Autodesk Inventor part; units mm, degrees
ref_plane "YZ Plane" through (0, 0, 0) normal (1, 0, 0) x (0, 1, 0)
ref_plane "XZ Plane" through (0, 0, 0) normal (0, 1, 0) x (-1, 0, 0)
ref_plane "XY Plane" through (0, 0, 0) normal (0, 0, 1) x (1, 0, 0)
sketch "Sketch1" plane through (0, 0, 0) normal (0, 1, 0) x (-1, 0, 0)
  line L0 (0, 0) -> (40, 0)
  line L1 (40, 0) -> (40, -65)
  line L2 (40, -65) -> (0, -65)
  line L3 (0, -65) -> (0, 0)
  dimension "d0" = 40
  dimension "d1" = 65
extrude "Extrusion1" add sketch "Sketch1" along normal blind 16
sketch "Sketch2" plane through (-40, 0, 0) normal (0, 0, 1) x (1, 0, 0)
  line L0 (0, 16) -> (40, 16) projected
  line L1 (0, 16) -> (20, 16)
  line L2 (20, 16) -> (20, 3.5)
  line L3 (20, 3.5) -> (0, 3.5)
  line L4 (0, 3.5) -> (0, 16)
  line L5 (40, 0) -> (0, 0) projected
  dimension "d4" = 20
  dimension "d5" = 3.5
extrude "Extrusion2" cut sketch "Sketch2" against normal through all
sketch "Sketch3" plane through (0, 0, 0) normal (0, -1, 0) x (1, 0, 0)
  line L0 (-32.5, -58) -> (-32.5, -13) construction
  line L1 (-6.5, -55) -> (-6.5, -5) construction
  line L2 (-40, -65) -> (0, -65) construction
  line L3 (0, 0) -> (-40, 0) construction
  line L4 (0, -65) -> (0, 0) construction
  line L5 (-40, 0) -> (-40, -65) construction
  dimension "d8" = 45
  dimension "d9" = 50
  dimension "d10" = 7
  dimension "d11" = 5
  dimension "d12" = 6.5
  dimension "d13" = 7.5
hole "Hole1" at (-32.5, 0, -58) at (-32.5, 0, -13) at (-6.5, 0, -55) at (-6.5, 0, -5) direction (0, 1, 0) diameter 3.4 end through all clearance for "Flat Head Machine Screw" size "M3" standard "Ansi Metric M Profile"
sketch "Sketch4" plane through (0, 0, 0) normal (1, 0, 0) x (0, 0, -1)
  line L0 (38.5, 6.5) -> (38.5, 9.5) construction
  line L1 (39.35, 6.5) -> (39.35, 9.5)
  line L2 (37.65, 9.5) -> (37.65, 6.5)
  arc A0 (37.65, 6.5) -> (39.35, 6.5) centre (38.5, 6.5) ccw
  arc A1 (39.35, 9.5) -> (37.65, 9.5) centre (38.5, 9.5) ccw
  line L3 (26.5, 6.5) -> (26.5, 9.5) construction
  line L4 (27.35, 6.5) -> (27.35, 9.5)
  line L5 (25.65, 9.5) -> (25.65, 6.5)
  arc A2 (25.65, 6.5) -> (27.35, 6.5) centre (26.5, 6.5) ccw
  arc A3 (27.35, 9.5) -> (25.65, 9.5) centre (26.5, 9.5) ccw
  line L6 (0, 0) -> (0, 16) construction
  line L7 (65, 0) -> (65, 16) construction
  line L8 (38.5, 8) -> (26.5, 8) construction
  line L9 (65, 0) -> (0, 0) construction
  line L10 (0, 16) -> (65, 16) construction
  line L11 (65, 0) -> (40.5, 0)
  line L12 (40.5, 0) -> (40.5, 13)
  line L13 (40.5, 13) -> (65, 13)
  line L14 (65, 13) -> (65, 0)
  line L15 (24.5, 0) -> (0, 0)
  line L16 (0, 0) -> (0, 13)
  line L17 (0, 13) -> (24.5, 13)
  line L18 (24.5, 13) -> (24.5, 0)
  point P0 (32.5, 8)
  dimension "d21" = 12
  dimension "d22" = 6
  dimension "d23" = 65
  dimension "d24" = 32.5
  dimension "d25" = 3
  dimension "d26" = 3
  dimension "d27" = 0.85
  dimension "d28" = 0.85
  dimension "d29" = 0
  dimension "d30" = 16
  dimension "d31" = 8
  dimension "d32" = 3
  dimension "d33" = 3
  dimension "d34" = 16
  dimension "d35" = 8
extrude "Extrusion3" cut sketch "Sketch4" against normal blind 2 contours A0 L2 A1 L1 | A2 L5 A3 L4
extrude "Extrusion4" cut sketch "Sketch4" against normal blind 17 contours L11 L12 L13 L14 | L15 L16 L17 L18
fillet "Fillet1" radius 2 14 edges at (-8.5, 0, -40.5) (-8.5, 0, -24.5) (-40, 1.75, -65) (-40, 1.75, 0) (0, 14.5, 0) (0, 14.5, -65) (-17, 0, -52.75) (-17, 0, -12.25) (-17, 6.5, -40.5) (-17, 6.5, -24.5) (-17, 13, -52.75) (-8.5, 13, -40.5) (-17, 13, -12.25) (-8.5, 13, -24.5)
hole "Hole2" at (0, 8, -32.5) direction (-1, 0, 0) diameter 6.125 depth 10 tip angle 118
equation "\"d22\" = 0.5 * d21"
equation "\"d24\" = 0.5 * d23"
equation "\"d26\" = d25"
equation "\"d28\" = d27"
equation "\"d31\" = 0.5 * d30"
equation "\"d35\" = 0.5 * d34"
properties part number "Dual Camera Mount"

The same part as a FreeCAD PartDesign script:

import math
import FreeCAD as App
import Part
import Sketcher
from FreeCAD import Vector
Q = App.Units.Quantity


def edges_at(feature, points):
    """Names of the edges that pass closest to the given points."""
    edges = feature.Shape.Edges
    near = lambda p: min(range(len(edges)), key=lambda i: edges[i].distToShape(Part.Vertex(*p))[0])
    return sorted({f"Edge{near(p) + 1}" for p in points})

doc = App.newDocument("Part")
body = doc.addObject("PartDesign::Body", "Body")

sketch1 = body.newObject("Sketcher::SketchObject", "Sketch")
sketch1.AttachmentSupport = (doc.getObject("XZ_Plane"), [""])
sketch1.MapMode = "FlatFace"
sketch1.addGeometry(Part.LineSegment(Vector(-40, 0, 0), Vector(0, 0, 0)), False)
sketch1.addGeometry(Part.LineSegment(Vector(0, 0, 0), Vector(0, -65, 0)), False)
sketch1.addGeometry(Part.LineSegment(Vector(0, -65, 0), Vector(-40, -65, 0)), False)
sketch1.addGeometry(Part.LineSegment(Vector(-40, -65, 0), Vector(-40, 0, 0)), False)
sketch1.addConstraint(Sketcher.Constraint("Coincident", 0, 2, 1, 1))
sketch1.addConstraint(Sketcher.Constraint("Coincident", 1, 2, 2, 1))
sketch1.addConstraint(Sketcher.Constraint("Coincident", 2, 2, 3, 1))
sketch1.addConstraint(Sketcher.Constraint("Coincident", 3, 2, 0, 1))
sketch1.addConstraint(Sketcher.Constraint("Horizontal", 0))
sketch1.addConstraint(Sketcher.Constraint("Vertical", 1))
sketch1.addConstraint(Sketcher.Constraint("Horizontal", 2))
sketch1.addConstraint(Sketcher.Constraint("Vertical", 3))
sketch1.addConstraint(Sketcher.Constraint("Coincident", 0, 2, -1, 1))
sketch1.addConstraint(Sketcher.Constraint("DistanceX", 0, 1, 0, 2, Q("40 mm")))
sketch1.addConstraint(Sketcher.Constraint("DistanceY", 1, 2, 1, 1, Q("65 mm")))
pad1 = body.newObject("PartDesign::Pad", "Pad")
pad1.Profile = sketch1
pad1.Length = 16
pad1.Reversed = True

sketch2 = body.newObject("Sketcher::SketchObject", "Sketch001")
sketch2.AttachmentSupport = (doc.getObject("XY_Plane"), [""])
sketch2.MapMode = "FlatFace"
sketch2.addGeometry(Part.LineSegment(Vector(-20, 16, 0), Vector(-40, 16, 0)), False)
sketch2.addGeometry(Part.LineSegment(Vector(-40, 16, 0), Vector(-40, 4, 0)), False)
sketch2.addGeometry(Part.LineSegment(Vector(-40, 4, 0), Vector(-20, 4, 0)), False)
sketch2.addGeometry(Part.LineSegment(Vector(-20, 4, 0), Vector(-20, 16, 0)), False)
sketch2.addConstraint(Sketcher.Constraint("Coincident", 0, 2, 1, 1))
sketch2.addConstraint(Sketcher.Constraint("Coincident", 1, 2, 2, 1))
sketch2.addConstraint(Sketcher.Constraint("Coincident", 2, 2, 3, 1))
sketch2.addConstraint(Sketcher.Constraint("Coincident", 3, 2, 0, 1))
sketch2.addConstraint(Sketcher.Constraint("Horizontal", 0))
sketch2.addConstraint(Sketcher.Constraint("Vertical", 1))
sketch2.addConstraint(Sketcher.Constraint("Horizontal", 2))
sketch2.addConstraint(Sketcher.Constraint("Vertical", 3))
sketch2.addConstraint(Sketcher.Constraint("DistanceX", 0, 2, 0, 1, Q("20 mm")))
sketch2.addConstraint(Sketcher.Constraint("DistanceX", 2, 2, -1, 1, Q("20 mm")))
sketch2.addConstraint(Sketcher.Constraint("DistanceY", -1, 1, 1, 2, Q("3.5 mm")))
sketch2.addConstraint(Sketcher.Constraint("DistanceY", 1, 2, 1, 1, Q("12.5 mm")))
pocket1 = body.newObject("PartDesign::Pocket", "Pocket")
pocket1.Profile = sketch2
pocket1.Type = "ThroughAll"

sketch3 = body.newObject("Sketcher::SketchObject", "Sketch002")
sketch3.AttachmentSupport = (doc.getObject("XZ_Plane"), [""])
sketch3.MapMode = "FlatFace"
sketch3.addGeometry(Part.Circle(Vector(-32.5, -58, 0), Vector(0, 0, 1), 1.7), False)
sketch3.addGeometry(Part.Circle(Vector(-32.5, -13, 0), Vector(0, 0, 1), 1.7), False)
sketch3.addGeometry(Part.Circle(Vector(-6.5, -55, 0), Vector(0, 0, 1), 1.7), False)
sketch3.addGeometry(Part.Circle(Vector(-6.5, -5, 0), Vector(0, 0, 1), 1.7), False)
sketch3.addConstraint(Sketcher.Constraint("Equal", 0, 1))
sketch3.addConstraint(Sketcher.Constraint("Equal", 1, 2))
sketch3.addConstraint(Sketcher.Constraint("Equal", 2, 3))
sketch3.addConstraint(Sketcher.Constraint("Vertical", 0, 3, 1, 3))
sketch3.addConstraint(Sketcher.Constraint("Vertical", 2, 3, 3, 3))
sketch3.addConstraint(Sketcher.Constraint("Diameter", 0, Q("3.4 mm")))
sketch3.addConstraint(Sketcher.Constraint("DistanceY", 0, 3, -1, 1, Q("58 mm")))
sketch3.addConstraint(Sketcher.Constraint("DistanceY", 1, 3, -1, 1, Q("13 mm")))
sketch3.addConstraint(Sketcher.Constraint("DistanceY", 2, 3, -1, 1, Q("55 mm")))
sketch3.addConstraint(Sketcher.Constraint("DistanceY", 3, 3, -1, 1, Q("5 mm")))
sketch3.addConstraint(Sketcher.Constraint("DistanceX", 0, 3, 2, 3, Q("26 mm")))
sketch3.addConstraint(Sketcher.Constraint("DistanceX", 0, 3, -1, 1, Q("32.5 mm")))
doc.recompute()
hole = body.newObject("PartDesign::Hole", "Hole")
hole.Profile = sketch3
hole.ThreadType = "None"
hole.Diameter = 3.4
hole.DepthType = "ThroughAll"

sketch4 = body.newObject("Sketcher::SketchObject", "Sketch003")
sketch4.AttachmentSupport = (doc.getObject("YZ_Plane"), [""])
sketch4.MapMode = "FlatFace"
sketch4.addGeometry(Part.ArcOfCircle(Part.Circle(Vector(6.5, -38.5, 0), Vector(0, 0, 1), 0.9), math.radians(90), math.radians(270)), False)
sketch4.addGeometry(Part.LineSegment(Vector(6.5, -39.4, 0), Vector(9.5, -39.4, 0)), False)
sketch4.addGeometry(Part.ArcOfCircle(Part.Circle(Vector(9.5, -38.5, 0), Vector(0, 0, 1), 0.9), math.radians(-90), math.radians(90)), False)
sketch4.addGeometry(Part.LineSegment(Vector(9.5, -37.6, 0), Vector(6.5, -37.6, 0)), False)
sketch4.addGeometry(Part.ArcOfCircle(Part.Circle(Vector(6.5, -26.5, 0), Vector(0, 0, 1), 0.9), math.radians(90), math.radians(270)), False)
sketch4.addGeometry(Part.LineSegment(Vector(6.5, -27.4, 0), Vector(9.5, -27.4, 0)), False)
sketch4.addGeometry(Part.ArcOfCircle(Part.Circle(Vector(9.5, -26.5, 0), Vector(0, 0, 1), 0.9), math.radians(-90), math.radians(90)), False)
sketch4.addGeometry(Part.LineSegment(Vector(9.5, -25.6, 0), Vector(6.5, -25.6, 0)), False)
sketch4.addConstraint(Sketcher.Constraint("Tangent", 0, 2, 1, 1))
sketch4.addConstraint(Sketcher.Constraint("Tangent", 1, 2, 2, 1))
sketch4.addConstraint(Sketcher.Constraint("Tangent", 2, 2, 3, 1))
sketch4.addConstraint(Sketcher.Constraint("Tangent", 3, 2, 0, 1))
sketch4.addConstraint(Sketcher.Constraint("Tangent", 4, 2, 5, 1))
sketch4.addConstraint(Sketcher.Constraint("Tangent", 5, 2, 6, 1))
sketch4.addConstraint(Sketcher.Constraint("Tangent", 6, 2, 7, 1))
sketch4.addConstraint(Sketcher.Constraint("Tangent", 7, 2, 4, 1))
sketch4.addConstraint(Sketcher.Constraint("Horizontal", 1))
sketch4.addConstraint(Sketcher.Constraint("Horizontal", 3))
sketch4.addConstraint(Sketcher.Constraint("Horizontal", 5))
sketch4.addConstraint(Sketcher.Constraint("Horizontal", 7))
sketch4.addConstraint(Sketcher.Constraint("Equal", 2, 4))
sketch4.addConstraint(Sketcher.Constraint("Vertical", 0, 3, 4, 3))
sketch4.addConstraint(Sketcher.Constraint("Vertical", 2, 3, 6, 3))
sketch4.addConstraint(Sketcher.Constraint("DistanceX", 1, 1, 1, 2, Q("3 mm")))
sketch4.addConstraint(Sketcher.Constraint("Radius", 0, Q("0.85 mm")))
sketch4.addConstraint(Sketcher.Constraint("DistanceY", 0, 3, 4, 3, Q("12 mm")))
sketch4.addConstraint(Sketcher.Constraint("DistanceX", -1, 1, 0, 3, Q("6.5 mm")))
sketch4.addConstraint(Sketcher.Constraint("DistanceY", 0, 3, -1, 1, Q("38.5 mm")))
pocket2 = body.newObject("PartDesign::Pocket", "Pocket001")
pocket2.Profile = sketch4
pocket2.Length = 2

------------------------------------------------------------

Beginning at the line above with "line L0 (-32.5, -58)" and finishing at the line with "line L2 (37.65, 9.5) -> (37.65, 6.5)", return each line exactly and return nothing else.

SOLUTION TO THIS EXERCISE:
  line L0 (-32.5, -58) -> (-32.5, -13) construction
  line L1 (-6.5, -55) -> (-6.5, -5) construction
  line L2 (-40, -65) -> (0, -65) construction
  line L3 (0, 0) -> (-40, 0) construction
  line L4 (0, -65) -> (0, 0) construction
  line L5 (-40, 0) -> (-40, -65) construction
  dimension "d8" = 45
  dimension "d9" = 50
  dimension "d10" = 7
  dimension "d11" = 5
  dimension "d12" = 6.5
  dimension "d13" = 7.5
hole "Hole1" at (-32.5, 0, -58) at (-32.5, 0, -13) at (-6.5, 0, -55) at (-6.5, 0, -5) direction (0, 1, 0) diameter 3.4 end through all clearance for "Flat Head Machine Screw" size "M3" standard "Ansi Metric M Profile"
sketch "Sketch4" plane through (0, 0, 0) normal (1, 0, 0) x (0, 0, -1)
  line L0 (38.5, 6.5) -> (38.5, 9.5) construction
  line L1 (39.35, 6.5) -> (39.35, 9.5)
  line L2 (37.65, 9.5) -> (37.65, 6.5)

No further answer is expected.